Machine Learning Concepts Flashcards
What is a Hidden Markov Model?
It is used to model sequential data where the states are not directly observable (they are hidden), but they can be inferred only through a sequence of observations.
What is emission probability?
It is the probability of emitting an observation for a given hidden state
What is transition probability?
It is the probability of transitioning from one hidden state to another.
What is the kernel trick?
It is mapping non-linearly separable data to a higher dimension via a kernel without actually transforming it explicitly.
Why do we use the kernel trick?
To create decision boundaries for higher dimension data. Usually used with SVMs.
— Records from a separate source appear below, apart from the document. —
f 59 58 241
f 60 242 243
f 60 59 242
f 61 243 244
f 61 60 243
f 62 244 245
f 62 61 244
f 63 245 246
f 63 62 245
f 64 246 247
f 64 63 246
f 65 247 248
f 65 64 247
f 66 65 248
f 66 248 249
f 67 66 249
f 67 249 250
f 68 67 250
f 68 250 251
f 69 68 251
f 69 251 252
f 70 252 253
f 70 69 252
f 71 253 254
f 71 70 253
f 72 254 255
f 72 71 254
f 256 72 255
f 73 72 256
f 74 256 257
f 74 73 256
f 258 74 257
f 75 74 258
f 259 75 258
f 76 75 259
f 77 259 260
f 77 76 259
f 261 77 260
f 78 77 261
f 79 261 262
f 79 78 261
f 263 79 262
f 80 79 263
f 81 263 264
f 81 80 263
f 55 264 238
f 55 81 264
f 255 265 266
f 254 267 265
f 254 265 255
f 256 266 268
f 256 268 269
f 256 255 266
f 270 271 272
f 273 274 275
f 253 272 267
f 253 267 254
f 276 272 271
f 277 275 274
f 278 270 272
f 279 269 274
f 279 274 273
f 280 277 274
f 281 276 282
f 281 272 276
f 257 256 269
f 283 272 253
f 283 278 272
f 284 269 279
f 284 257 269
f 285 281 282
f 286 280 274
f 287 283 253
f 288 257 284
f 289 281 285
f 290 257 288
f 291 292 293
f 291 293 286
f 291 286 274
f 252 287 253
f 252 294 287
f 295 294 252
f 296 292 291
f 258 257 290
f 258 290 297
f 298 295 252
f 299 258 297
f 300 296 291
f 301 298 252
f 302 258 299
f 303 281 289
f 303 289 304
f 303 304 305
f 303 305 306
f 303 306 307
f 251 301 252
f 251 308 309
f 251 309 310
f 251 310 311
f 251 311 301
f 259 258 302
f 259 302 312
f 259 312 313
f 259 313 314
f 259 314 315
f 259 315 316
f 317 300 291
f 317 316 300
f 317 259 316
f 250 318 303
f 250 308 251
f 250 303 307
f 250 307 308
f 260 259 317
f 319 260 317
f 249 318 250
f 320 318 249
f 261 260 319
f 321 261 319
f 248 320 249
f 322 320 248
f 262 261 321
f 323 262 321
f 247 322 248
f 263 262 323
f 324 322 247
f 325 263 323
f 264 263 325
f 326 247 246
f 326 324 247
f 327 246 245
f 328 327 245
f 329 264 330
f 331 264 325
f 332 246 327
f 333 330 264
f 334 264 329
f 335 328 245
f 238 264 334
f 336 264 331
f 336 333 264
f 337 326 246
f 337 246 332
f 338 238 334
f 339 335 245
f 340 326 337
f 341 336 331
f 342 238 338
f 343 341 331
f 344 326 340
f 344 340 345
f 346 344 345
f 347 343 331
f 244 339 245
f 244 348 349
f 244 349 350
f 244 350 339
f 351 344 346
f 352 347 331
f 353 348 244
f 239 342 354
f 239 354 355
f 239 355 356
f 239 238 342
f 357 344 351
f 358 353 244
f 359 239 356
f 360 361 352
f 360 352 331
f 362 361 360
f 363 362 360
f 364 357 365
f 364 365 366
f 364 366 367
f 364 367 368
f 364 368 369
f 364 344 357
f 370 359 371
What are some of the kernels used with the kernel trick?
Linear
Polynomial
Radial Basis Function (RBF)
What is Stochastic Gradient Descent?
It is an algorithm that optimizes the parameters (weights & biases) by minimizing the cost function.
What is an RNN?
It is a type of neural network designed to effectively process and analyze sequential data by maintaining a hidden state that captures information from previous time steps
What are some of the variants of RNNs?
GRUs (Gated RNNs)
LSTMs (Long Short-Term Memory)
What is a cost function?
It is also referred to as a loss function. It determines how well the model fits the data.
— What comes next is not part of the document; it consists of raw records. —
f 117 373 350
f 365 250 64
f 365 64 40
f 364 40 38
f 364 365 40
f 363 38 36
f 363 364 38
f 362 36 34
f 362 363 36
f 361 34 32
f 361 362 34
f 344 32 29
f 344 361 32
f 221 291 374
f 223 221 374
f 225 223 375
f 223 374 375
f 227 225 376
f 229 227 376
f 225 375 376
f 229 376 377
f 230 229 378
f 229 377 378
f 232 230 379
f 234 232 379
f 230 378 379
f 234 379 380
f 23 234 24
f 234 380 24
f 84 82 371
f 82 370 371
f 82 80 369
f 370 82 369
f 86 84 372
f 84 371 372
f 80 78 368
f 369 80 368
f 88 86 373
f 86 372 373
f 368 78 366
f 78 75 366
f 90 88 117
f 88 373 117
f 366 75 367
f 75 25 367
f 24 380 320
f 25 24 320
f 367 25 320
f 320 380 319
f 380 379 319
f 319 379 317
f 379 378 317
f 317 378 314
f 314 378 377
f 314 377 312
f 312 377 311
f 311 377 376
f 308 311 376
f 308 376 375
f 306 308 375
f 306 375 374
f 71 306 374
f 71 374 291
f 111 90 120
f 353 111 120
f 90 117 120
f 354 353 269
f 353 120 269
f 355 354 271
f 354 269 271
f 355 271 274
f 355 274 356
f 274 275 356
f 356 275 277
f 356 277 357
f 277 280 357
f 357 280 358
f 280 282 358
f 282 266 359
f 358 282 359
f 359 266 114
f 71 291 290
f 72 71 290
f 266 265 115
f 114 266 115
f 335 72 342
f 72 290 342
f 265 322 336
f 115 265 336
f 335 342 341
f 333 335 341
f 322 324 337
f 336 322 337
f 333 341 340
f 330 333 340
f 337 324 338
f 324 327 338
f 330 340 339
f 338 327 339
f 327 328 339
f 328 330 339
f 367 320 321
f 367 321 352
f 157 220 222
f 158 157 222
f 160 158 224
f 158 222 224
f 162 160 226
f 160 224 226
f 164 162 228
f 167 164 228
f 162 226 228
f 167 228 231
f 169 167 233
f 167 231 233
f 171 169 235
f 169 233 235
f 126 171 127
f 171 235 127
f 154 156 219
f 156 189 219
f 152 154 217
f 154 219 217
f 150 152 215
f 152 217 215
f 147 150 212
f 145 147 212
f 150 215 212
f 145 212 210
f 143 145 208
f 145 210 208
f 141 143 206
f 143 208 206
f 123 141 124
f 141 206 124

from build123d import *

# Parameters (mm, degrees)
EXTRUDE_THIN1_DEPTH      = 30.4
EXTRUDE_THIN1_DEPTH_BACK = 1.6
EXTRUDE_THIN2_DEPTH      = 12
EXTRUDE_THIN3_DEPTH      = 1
Can you name some of the cost functions?
For regression problems we use MSE or RMSE and for classifier problems we use binary cross entropy as well as categorical cross entropy.
What is regularization?
It is a technique used to prevent overfitting a model to the data.
Can you name some regularization techniques?
Lasso or L1 regularization
Ridge or L2 regularization
Dropout regularization in neural networks.
What is overfitting?
It occurs when the model fits very closely with the training data and results in near perfect predictions.
When a model is overfitted, it may not generalize well with unseen or test data.
What is Back propagation?
AKA - Back propagation of errors. It is an algorithm used in ANNs to calculate gradients of the error with respect to the network’s parameters.
It adjusts the parameter values (weights and biases) so as to minimize the error.
What is Principal Component Analysis (PCA)?
It is a dimensionality reduction technique used in a complex dataset while preserving its essential information.
It captures the most significant patterns in the data.
What is recall?
It the ratio of correctly predicted positive instances divided by all positive instances.
Recall = TP/(TP + FN)
It is also called sensitivity
What is specificity?
It is the ratio of correctly predicted negative instances divided by all negative instances.
specificity = TN/(TN + FP)
What is False Positive Rate?
FPR = 1 - Specificity
It measures the rate at which negative instances are incorrectly classified as positive.